If spring is about beginnings, fall represents endings.

That’s especially true for farmers who race the calendar and shorter days to get their crops in.

Not surprisingly, the harvest moon has come to represent autumn.

But it is later than usual this year.

Instead of being in September, this year’s date is Thursday, Oct. 5.

It’s different because this year’s autumnal equinox, or when the sun shines almost directly over the equator, occurred on Sept. 22.

In other words, goodbye summer. Hello fall.

As a result, this week’s full moon is the Harvest moon because it is the closest full moon in the calendar, according to science writer Jeff Parsons.

Like the name?

There’s actually folklore, coupled with some logic, behind it.

Historians say it symbolized the time when farmers gathered their harvest in preparation for winter.

Astronomists understand the science behind this phenomenon.

“The shorter-than-usual time between moonrises around the full Harvest moon means no long period of darkness between the sunset and moonrise for days in succession.

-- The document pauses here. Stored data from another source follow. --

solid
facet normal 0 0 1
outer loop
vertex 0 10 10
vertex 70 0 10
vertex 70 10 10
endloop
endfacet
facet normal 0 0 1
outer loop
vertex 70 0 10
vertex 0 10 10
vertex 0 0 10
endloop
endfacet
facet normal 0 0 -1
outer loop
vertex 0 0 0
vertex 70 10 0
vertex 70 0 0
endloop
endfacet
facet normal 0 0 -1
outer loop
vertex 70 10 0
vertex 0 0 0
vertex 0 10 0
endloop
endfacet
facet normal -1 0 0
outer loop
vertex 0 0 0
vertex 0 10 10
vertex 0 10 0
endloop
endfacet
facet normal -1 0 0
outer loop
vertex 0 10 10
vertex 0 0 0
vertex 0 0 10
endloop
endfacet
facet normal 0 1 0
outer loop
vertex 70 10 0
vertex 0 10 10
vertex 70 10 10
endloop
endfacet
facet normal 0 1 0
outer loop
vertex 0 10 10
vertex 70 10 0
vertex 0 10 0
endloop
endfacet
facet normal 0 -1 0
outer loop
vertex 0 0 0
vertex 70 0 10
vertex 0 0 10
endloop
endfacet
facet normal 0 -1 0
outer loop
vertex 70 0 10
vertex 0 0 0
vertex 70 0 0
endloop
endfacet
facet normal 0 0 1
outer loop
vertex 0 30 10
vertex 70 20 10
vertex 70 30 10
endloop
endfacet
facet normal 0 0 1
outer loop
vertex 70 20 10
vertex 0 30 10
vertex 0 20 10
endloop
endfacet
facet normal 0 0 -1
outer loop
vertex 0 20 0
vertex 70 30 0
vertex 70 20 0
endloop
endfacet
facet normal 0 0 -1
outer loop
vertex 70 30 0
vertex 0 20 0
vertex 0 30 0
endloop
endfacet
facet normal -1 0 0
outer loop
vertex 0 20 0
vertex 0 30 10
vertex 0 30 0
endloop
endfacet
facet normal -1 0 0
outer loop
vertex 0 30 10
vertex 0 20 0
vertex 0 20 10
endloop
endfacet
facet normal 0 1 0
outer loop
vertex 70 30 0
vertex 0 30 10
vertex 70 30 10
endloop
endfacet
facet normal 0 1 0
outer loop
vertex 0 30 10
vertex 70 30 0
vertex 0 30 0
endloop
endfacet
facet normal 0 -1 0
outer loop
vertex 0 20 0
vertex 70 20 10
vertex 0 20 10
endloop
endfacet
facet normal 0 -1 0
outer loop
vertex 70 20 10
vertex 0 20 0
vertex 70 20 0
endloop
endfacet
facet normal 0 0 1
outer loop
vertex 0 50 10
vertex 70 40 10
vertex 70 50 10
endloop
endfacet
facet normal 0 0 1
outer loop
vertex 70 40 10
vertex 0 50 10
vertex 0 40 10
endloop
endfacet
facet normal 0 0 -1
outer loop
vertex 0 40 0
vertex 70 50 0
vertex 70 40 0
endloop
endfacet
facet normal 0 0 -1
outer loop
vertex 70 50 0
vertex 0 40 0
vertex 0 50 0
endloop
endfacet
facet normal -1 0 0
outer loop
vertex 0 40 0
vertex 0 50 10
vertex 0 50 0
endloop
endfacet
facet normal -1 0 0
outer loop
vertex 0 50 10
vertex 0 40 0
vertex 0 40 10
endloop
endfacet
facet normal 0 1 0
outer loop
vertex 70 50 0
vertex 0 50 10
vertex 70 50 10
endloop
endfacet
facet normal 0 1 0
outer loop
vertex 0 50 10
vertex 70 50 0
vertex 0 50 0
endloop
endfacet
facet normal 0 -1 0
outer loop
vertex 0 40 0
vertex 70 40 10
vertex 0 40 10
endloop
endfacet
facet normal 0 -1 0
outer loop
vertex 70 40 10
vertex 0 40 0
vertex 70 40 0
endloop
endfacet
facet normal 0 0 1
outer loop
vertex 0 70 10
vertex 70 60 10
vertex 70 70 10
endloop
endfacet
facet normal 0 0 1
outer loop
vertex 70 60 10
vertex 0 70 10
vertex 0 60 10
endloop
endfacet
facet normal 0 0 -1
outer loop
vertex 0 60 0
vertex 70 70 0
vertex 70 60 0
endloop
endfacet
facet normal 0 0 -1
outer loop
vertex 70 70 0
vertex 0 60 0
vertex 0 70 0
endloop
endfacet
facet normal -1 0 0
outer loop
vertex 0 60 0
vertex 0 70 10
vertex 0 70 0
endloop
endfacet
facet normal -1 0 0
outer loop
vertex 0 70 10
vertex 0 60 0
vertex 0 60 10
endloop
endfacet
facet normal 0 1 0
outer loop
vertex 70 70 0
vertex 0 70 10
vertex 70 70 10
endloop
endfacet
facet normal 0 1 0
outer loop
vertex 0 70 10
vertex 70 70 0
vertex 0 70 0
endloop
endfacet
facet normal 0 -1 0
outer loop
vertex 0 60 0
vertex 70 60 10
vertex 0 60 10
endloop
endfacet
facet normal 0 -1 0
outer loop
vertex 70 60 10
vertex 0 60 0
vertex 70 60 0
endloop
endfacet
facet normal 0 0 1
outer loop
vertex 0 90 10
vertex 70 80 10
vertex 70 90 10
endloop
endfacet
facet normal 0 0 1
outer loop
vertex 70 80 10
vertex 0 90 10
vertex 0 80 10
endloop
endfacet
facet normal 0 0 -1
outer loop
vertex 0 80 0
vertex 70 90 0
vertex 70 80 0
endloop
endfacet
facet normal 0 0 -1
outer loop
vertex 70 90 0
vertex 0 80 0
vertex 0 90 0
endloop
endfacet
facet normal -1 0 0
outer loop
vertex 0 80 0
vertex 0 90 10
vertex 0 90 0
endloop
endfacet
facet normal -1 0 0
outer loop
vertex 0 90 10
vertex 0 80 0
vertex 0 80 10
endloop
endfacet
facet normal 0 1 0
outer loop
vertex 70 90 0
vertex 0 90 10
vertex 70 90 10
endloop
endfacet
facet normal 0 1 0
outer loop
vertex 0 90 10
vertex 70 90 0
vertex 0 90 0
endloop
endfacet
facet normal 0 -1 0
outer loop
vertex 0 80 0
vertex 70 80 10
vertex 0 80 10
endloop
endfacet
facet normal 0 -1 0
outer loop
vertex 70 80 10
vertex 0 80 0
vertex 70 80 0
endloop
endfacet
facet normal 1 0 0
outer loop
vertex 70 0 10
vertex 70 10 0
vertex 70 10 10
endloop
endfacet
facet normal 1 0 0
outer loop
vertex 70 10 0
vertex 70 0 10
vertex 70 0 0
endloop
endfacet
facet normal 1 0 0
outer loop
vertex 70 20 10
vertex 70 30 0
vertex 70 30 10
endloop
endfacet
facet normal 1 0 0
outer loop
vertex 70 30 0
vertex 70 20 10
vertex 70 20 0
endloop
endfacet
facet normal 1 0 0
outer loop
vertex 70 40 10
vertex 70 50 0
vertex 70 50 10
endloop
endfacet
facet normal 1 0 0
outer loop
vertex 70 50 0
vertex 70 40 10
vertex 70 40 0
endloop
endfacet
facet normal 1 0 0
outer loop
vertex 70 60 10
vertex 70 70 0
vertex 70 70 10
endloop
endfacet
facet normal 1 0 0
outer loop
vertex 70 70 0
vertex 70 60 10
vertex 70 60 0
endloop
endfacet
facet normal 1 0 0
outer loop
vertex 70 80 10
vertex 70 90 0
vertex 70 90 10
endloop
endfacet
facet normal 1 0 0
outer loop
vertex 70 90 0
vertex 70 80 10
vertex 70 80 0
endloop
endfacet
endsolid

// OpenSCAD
// Parameters for the grid size and cube size
cube_size = 10;  // Side length of each cube
grid_size_X = 7;   // Grid dimensions (grid_size x grid_size)
grid_size_Y = 9;
module generate_grid() {
    // Generate grid of cubes with alternating colors
    for (x = [0 : (1/(grid_size_X-1)) : (grid_size_X-1)]) {
        for(y = [0 : 2 :grid_size_Y - 1]){
    //        color_ = get_color(1/(grid_size-1), 0, 0);
    //        echo(x);
    //        echo(color_);
            translate([x * cube_size, y * cube_size, 0 * cube_size]) {
                color(c = [ (1/(grid_size_X-1))*x,(1/(grid_size_Y-1))*y,], alpha = 0.5){
                    cube(cube_size);
                }
            }
        }
    }
}
//module colored_cube(x, y, z, color_) {
//    // Translate the cube to the correct position in the grid
//    r=x;
//    translate([x * cube_size, y * cube_size, z * cube_size]) {
//        color(c=[r,0,0], alpha = 0.5) {
//            cube(cube_size);
//        }
//    }
//}
//function get_color(x, y, z) =
//    let (
//        red_max = 1,
//        green_max = 1,
//        blue_max = 1,
//        step_size = 1/(grid_size-1),
//        r = (x + y + z) % (red_max + green_max + blue_max),
//        g = 0,//(y + (r > red_max ? step_size : 0)) % green_max,
//        b = 0//(x + z > (red_max + blue_max) ? step_size : 0)
//    )
//    [r, g, b];

generate_grid(); // Run the grid generation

As the sun’s light faded in the west, the moon would soon rise in the east to illuminate the fields throughout the night,” according to Deborah Byrd in Astronomy Essentials.

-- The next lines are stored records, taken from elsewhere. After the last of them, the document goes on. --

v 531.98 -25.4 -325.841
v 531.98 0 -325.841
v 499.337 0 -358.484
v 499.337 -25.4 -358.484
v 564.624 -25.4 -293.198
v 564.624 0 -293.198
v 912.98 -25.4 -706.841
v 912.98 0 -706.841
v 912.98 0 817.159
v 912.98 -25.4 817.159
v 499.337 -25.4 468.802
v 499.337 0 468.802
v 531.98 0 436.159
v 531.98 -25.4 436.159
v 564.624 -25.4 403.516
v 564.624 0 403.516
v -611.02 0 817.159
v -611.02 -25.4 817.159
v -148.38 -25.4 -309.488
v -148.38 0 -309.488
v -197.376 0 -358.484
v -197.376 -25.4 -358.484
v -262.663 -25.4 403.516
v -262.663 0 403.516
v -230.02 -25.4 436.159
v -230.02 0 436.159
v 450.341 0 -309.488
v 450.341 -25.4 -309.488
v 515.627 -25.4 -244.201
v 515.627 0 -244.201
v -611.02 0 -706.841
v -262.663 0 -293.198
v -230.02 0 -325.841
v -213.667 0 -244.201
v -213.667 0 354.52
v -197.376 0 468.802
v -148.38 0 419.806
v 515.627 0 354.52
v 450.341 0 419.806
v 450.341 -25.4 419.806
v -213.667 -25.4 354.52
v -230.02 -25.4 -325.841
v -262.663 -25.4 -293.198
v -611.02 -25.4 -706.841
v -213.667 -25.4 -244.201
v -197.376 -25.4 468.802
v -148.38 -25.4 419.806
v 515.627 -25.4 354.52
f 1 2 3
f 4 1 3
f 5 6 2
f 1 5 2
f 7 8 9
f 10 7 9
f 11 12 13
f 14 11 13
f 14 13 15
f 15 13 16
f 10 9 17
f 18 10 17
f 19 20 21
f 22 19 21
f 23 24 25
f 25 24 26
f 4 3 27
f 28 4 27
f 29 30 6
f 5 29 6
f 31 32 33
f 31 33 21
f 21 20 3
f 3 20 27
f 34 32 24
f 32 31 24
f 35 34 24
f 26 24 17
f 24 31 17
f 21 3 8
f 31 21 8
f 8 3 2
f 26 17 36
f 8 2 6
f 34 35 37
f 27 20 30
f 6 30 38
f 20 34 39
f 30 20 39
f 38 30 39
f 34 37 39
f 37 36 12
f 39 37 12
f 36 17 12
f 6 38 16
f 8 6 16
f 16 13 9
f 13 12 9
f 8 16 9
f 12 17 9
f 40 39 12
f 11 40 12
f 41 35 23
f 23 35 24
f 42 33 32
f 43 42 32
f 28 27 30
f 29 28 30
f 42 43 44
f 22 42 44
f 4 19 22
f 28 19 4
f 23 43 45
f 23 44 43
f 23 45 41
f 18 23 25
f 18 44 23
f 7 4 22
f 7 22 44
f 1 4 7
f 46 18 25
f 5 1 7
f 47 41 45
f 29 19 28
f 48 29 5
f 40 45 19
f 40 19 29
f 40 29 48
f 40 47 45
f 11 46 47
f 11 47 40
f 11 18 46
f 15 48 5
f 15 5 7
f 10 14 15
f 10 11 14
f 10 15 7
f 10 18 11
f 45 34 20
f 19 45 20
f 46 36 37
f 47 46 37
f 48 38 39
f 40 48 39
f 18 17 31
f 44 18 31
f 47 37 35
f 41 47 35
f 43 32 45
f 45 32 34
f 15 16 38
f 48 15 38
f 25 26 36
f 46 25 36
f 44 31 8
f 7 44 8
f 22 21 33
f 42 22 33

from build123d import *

# Parameters (mm, degrees)
F0_W     = 254
F0_H     = 254
F1_DEPTH = 25.4


with BuildPart() as f1:
    # F0 (on Front) → F1 (new body)
    with BuildSketch(Plane.XZ):
        Polygon((-306.2196969569, 817.159200755), (-611.0196969569, 817.159200755), (-611.0196969569, 512.359200755), (-611.0196969569, 207.559200755), (-611.0196969569, -706.840799245), (912.9803030431, -706.840799245), (912.9803030431, 817.159200755), (-1.4196969569, 817.159200755), align=None)
        with Locations((-153.8196969569, -554.440799245)):
            Rectangle(F0_W, F0_H, mode=Mode.SUBTRACT)
        with Locations((-458.6196969569, -249.640799245)):
            Rectangle(F0_W, F0_H, mode=Mode.SUBTRACT)
        with Locations((455.7803030431, -554.440799245)):
            Rectangle(F0_W, F0_H, mode=Mode.SUBTRACT)
        with Locations((760.5803030431, -249.640799245)):
            Rectangle(F0_W, F0_H, mode=Mode.SUBTRACT)
        with Locations((-458.6196969569, 359.959200755)):
            Rectangle(F0_W, F0_H, mode=Mode.SUBTRACT)
        Polygon((608.1803030431, 512.359200755), (608.1803030431, -402.040799245), (-306.2196969569, -402.040799245), (-306.2196969569, 207.559200755), (-306.2196969569, 512.359200755), (-1.4196969569, 512.359200755), align=None, mode=Mode.SUBTRACT)
        with Locations((-153.8196969569, 664.759200755)):
            Rectangle(F0_W, F0_H, mode=Mode.SUBTRACT)
        with Locations((760.5803030431, 359.959200755)):
            Rectangle(F0_W, F0_H, mode=Mode.SUBTRACT)
        with Locations((455.7803030431, 664.759200755)):
            Rectangle(F0_W, F0_H, mode=Mode.SUBTRACT)
        Polygon((-306.2196969569, -402.040799245), (608.1803030431, -402.040799245), (608.1803030431, 512.359200755), (-1.4196969569, 512.359200755), (-306.2196969569, 512.359200755), (-306.2196969569, 207.559200755), align=None)
        Polygon((-179.2196969569, 486.959200755), (582.7803030431, 486.959200755), (582.7803030431, -376.640799245), (-280.8196969569, -376.640799245), (-280.8196969569, 385.359200755), (-280.8196969569, 486.959200755), align=None, mode=Mode.SUBTRACT)
        Polygon((582.7803030431, -376.640799245), (582.7803030431, 486.959200755), (-179.2196969569, 486.959200755), (-280.8196969569, 486.959200755), (-280.8196969569, 385.359200755), (-280.8196969569, -376.640799245), align=None)
        Polygon((-262.662927957, -293.197568245), (-213.6666505604, -244.2012908484), (-148.3801885602, -309.4877528486), (-197.3764659568, -358.4840302451), (-230.0196969569, -325.840799245), align=None, mode=Mode.SUBTRACT)
        Polygon((450.3407946465, -309.4877528486), (515.6272566467, -244.2012908484), (564.6235340432, -293.197568245), (531.9803030431, -325.840799245), (499.337072043, -358.4840302451), align=None, mode=Mode.SUBTRACT)
        Polygon((-230.0196969569, 436.159200755), (-197.3764659568, 468.802431755), (-148.3801885602, 419.8061543585), (-213.6666505604, 354.5196923583), (-262.662927957, 403.5159697549), align=None, mode=Mode.SUBTRACT)
        Polygon((564.6235340432, 403.5159697549), (515.6272566467, 354.5196923583), (450.3407946465, 419.8061543585), (499.337072043, 468.802431755), (531.9803030431, 436.159200755), align=None, mode=Mode.SUBTRACT)
        with Locations((-458.6196969569, 359.959200755)):
            Rectangle(F0_W, F0_H)
        with Locations((-153.8196969569, 664.759200755)):
            Rectangle(F0_W, F0_H)
        with Locations((455.7803030431, 664.759200755)):
            Rectangle(F0_W, F0_H)
        with Locations((760.5803030431, 359.959200755)):
            Rectangle(F0_W, F0_H)
        with Locations((760.5803030431, -249.640799245)):
            Rectangle(F0_W, F0_H)
        with Locations((455.7803030431, -554.440799245)):
            Rectangle(F0_W, F0_H)
        with Locations((-153.8196969569, -554.440799245)):
            Rectangle(F0_W, F0_H)
        with Locations((-458.6196969569, -249.640799245)):
            Rectangle(F0_W, F0_H)
    extrude(amount=F1_DEPTH)


solid = f1.part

As a result, farmers worked by the light of this particular full moon to finish their harvest chores.

Even now, this spectacular celestial event is easy to see without a high-powered telescope or fancy technology.

That’s if the weather is good, and the sky is relatively clear.

However.

Don’t necessarily expect an orange, glowing orb but then again…

It can look different since the location of the moon near the horizon can cause this or any other full moon to look bigger and more orange in color.

“The orange color of a moon near the horizon is a true physical effect. It stems from the fact that when you look toward the horizon, you are looking through a greater thickness of Earth’s atmosphere than when you gaze up and overhead,” Byrd’s article reads.

Pixabay

Pixabay

“The atmosphere scatters blue light, and that’s why the sky looks blue. The greater thickness of atmosphere in the direction of a horizon scatters blue light most effectively, but it lets red light pass through to your eyes.

“So a moon near the horizon takes on a yellow, orange or reddish hue.”

Want to know one more related piece of lunar trivia?

The Hunter’s moon usually falls in October, but will instead take place Nov. 3.

That’s also due to the later than usual Harvest moon.